I think the fact that we will be parents in three short months is finally starting to sink in. This is most likely being triggered by that good old nesting instinct and the fact that he’s now kicking so hard that he’s very clearly more than just a picture on the ultrasound.
This baby has nothing he needs except the few gifts we received from my mini-shower with family and a few sets of clothing from family. I’m feeling a little panicky about that.
We haven’t finished cleaning out what will be his room, let alone painted it or furnished it. I’m feeling a little panicky about that.
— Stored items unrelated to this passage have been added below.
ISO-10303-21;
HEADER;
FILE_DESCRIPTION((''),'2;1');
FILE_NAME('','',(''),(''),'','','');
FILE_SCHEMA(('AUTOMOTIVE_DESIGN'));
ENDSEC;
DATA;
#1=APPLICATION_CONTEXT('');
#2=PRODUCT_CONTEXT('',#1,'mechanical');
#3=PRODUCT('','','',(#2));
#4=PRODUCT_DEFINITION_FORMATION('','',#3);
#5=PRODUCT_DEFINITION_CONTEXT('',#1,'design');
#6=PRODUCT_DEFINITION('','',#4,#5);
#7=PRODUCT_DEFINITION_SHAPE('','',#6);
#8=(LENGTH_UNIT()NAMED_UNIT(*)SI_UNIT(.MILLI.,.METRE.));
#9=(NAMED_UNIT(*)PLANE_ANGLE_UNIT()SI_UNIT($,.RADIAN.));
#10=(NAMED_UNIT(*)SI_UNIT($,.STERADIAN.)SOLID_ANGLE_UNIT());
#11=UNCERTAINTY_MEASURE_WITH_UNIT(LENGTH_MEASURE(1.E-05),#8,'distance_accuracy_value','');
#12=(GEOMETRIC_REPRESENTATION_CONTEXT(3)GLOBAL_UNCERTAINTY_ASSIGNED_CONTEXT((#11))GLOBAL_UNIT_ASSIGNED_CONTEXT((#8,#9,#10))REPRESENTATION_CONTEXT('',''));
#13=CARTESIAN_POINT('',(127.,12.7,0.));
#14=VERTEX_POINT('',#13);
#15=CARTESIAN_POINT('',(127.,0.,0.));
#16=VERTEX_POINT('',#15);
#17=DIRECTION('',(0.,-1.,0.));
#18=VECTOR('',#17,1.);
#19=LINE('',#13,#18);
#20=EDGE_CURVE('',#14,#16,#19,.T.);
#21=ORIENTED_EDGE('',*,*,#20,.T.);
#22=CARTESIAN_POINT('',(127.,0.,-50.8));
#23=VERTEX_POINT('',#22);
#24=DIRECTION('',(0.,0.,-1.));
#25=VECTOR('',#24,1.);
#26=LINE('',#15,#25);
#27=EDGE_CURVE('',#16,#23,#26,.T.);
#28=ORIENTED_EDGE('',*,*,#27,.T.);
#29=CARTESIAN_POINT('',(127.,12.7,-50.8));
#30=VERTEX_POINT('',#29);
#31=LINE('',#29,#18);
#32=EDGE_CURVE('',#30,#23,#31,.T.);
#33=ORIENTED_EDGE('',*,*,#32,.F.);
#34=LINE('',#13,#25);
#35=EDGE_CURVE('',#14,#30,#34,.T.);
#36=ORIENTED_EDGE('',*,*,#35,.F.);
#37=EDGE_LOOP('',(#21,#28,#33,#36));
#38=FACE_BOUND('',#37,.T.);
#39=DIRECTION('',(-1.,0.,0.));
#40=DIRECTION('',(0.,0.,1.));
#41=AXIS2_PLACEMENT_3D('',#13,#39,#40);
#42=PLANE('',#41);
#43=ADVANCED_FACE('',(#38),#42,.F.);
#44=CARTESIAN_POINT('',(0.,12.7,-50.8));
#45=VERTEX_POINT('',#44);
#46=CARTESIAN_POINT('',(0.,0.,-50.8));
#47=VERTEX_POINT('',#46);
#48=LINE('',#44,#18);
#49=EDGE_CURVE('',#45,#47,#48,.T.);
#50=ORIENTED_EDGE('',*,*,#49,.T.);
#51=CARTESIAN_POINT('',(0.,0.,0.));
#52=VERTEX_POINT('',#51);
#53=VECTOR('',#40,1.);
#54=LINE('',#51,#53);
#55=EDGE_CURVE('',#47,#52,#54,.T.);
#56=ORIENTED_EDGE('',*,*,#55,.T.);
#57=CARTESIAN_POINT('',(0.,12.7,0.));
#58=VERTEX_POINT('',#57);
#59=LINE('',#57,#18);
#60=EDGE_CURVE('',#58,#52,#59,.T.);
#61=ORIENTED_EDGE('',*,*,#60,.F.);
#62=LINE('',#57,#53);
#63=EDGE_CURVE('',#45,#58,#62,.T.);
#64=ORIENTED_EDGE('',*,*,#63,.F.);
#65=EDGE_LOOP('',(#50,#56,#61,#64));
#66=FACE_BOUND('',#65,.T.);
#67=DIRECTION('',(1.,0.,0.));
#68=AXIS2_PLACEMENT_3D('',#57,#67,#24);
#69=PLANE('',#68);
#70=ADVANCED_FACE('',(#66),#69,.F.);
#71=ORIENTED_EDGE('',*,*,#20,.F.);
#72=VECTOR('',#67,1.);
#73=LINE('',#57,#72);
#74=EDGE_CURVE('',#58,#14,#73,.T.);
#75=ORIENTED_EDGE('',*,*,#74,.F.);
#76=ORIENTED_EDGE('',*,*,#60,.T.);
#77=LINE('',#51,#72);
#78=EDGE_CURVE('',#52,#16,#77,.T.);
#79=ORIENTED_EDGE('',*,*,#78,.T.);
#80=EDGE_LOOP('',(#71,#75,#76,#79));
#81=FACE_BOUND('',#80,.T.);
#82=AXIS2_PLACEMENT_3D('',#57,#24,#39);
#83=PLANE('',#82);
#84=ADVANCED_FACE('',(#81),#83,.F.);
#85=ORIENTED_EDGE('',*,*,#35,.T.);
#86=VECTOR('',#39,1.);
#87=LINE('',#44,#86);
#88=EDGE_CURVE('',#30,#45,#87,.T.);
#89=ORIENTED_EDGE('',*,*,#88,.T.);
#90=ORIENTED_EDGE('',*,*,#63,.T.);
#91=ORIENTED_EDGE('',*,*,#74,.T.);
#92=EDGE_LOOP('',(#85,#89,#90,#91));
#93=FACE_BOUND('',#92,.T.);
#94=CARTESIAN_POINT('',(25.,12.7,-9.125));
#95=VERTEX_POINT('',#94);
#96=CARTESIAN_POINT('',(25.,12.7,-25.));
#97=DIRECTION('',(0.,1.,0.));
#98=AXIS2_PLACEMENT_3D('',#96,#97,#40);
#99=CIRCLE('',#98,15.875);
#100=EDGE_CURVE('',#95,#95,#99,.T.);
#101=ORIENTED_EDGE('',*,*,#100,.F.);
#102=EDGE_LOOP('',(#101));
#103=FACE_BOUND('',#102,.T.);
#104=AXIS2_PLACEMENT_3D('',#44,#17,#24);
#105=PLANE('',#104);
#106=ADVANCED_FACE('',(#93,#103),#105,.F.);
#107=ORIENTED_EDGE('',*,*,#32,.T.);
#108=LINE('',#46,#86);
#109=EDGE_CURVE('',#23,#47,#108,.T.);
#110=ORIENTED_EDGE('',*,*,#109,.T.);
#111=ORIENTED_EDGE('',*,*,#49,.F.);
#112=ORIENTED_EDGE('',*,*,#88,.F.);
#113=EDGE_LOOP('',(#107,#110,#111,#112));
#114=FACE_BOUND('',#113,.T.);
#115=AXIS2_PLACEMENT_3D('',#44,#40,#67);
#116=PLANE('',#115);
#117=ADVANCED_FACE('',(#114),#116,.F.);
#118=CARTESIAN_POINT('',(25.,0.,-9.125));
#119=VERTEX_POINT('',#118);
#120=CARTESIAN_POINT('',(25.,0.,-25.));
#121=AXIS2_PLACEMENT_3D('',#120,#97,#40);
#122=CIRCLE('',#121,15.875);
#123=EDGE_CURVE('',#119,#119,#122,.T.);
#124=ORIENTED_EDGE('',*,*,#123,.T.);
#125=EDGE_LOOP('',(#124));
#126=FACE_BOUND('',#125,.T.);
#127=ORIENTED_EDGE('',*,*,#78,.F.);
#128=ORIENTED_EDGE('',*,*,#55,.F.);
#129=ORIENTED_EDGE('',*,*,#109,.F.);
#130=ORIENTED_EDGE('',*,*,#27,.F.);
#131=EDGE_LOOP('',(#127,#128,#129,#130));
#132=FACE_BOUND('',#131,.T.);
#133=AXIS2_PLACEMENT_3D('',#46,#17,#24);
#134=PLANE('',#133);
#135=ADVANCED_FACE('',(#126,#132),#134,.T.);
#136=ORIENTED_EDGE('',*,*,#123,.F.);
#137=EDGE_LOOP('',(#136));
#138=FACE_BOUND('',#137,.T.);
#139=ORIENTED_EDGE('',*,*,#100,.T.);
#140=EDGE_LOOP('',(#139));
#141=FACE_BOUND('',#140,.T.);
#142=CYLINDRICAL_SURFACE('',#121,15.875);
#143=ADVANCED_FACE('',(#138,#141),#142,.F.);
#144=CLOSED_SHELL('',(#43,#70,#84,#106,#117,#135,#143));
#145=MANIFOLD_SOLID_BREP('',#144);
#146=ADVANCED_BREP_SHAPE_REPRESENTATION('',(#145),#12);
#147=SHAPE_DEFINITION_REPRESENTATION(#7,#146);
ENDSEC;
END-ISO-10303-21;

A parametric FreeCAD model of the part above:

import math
import FreeCAD as App
import Part
import Sketcher
from FreeCAD import Vector
Q = App.Units.Quantity


def add_polygon(sketch, points):
    """Adds a closed chain of lines whose ends are joined by coincident constraints."""
    first, n = sketch.GeometryCount, len(points)
    for a, b in zip(points, points[1:] + points[:1]):
        sketch.addGeometry(Part.LineSegment(App.Vector(*a, 0), App.Vector(*b, 0)), False)
    for i in range(n):
        sketch.addConstraint(Sketcher.Constraint("Coincident", first + i, 2, first + (i + 1) % n, 1))

doc = App.newDocument("Part")
body = doc.addObject("PartDesign::Body", "Body")

sketch1 = body.newObject("Sketcher::SketchObject", "Sketch")
sketch1.AttachmentSupport = (doc.getObject("XZ_Plane"), [""])
sketch1.MapMode = "FlatFace"
add_polygon(sketch1, [(0, -51), (0, 0), (127, 0), (127, -51)])
sketch1.addConstraint([
    Sketcher.Constraint("Vertical", 0),
    Sketcher.Constraint("Horizontal", 1),
    Sketcher.Constraint("Vertical", 2),
    Sketcher.Constraint("Horizontal", 3),
    Sketcher.Constraint("Coincident", 0, 2, -1, 1),
    Sketcher.Constraint("DistanceX", 1, 1, 1, 2, Q("5 in")),
    Sketcher.Constraint("DistanceY", 0, 1, 0, 2, Q("2 in")),
])
pad1 = body.newObject("PartDesign::Pad", "Pad")
pad1.Profile = sketch1
pad1.Length = Q("0.5 in")
pad1.Reversed = True

sketch2 = body.newObject("Sketcher::SketchObject", "Sketch001")
sketch2.AttachmentSupport = (doc.getObject("XZ_Plane"), [""])
sketch2.MapMode = "FlatFace"
sketch2.AttachmentOffset = App.Placement(Vector(0, 0, -0.5 * 25.4), App.Rotation())
sketch2.addGeometry([
    Part.ArcOfCircle(Part.Circle(Vector(25, -25, 0), Vector(0, 0, 1), 16), math.radians(90), math.radians(180)),
    Part.ArcOfCircle(Part.Circle(Vector(25, -25, 0), Vector(0, 0, 1), 16), math.radians(0), math.radians(90)),
    Part.ArcOfCircle(Part.Circle(Vector(25, -25, 0), Vector(0, 0, 1), 16), math.radians(180), math.radians(360)),
], False)
sketch2.addConstraint([
    Sketcher.Constraint("Tangent", 0, 1, 1, 2),
    Sketcher.Constraint("Tangent", 1, 1, 2, 2),
    Sketcher.Constraint("Tangent", 2, 1, 0, 2),
    Sketcher.Constraint("Horizontal", 2, 3, 1, 1),
    Sketcher.Constraint("Horizontal", 1, 1, 2, 1),
    Sketcher.Constraint("Vertical", 2, 3, 0, 1),
    Sketcher.Constraint("Radius", 0, Q("0.625 in")),
    Sketcher.Constraint("DistanceX", -1, 1, 0, 3, 25.0),
    Sketcher.Constraint("DistanceY", 0, 3, -1, 1, 25.0),
])
pocket1 = body.newObject("PartDesign::Pocket", "Pocket")
pocket1.Profile = sketch2
pocket1.Length = Q("0.5 in")
pocket1.Reversed = True

doc.recompute()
I want to pack the hospital bag, but it feels seriously ridiculous to do it. And we still need to work up a “to call” list and plan for who is going to be at the hospital before and after the baby gets here, and who those lovely helpful people will get to call. I’m such a planner…and I want to plan, but it’s really a bit early for it. Of course, I’m feeling a little panicky about that.
I’ve still not drawn up any estate planning documents and frankly am not sure when I am going to find the time. I’m feeling a little panicky about that.
And that whole childbirth thing? Not going to lie. I’m feeling a little panicky about that.
Needless to say, we have a lot to accomplish in the next twelve and a half weeks. I’m kind of hoping that once July hits, things will start to fall into place. We’ll have the room cleaned out by then, we’ll get it painted and furnished and it will be fine. I’ll have a baby shower and shopping trips to get the things this baby needs. I’ll write the packing list and the to-call list and get the bag packed, and write my powers of attorney and such. We’ll take classes and have our tour of the hospital, and I’ll feel better about what’s to come.
And if any of that doesn’t happen or isn’t true, we’ll still get to meet our little boy at the end of all of it anyway. That’s what’s really important here.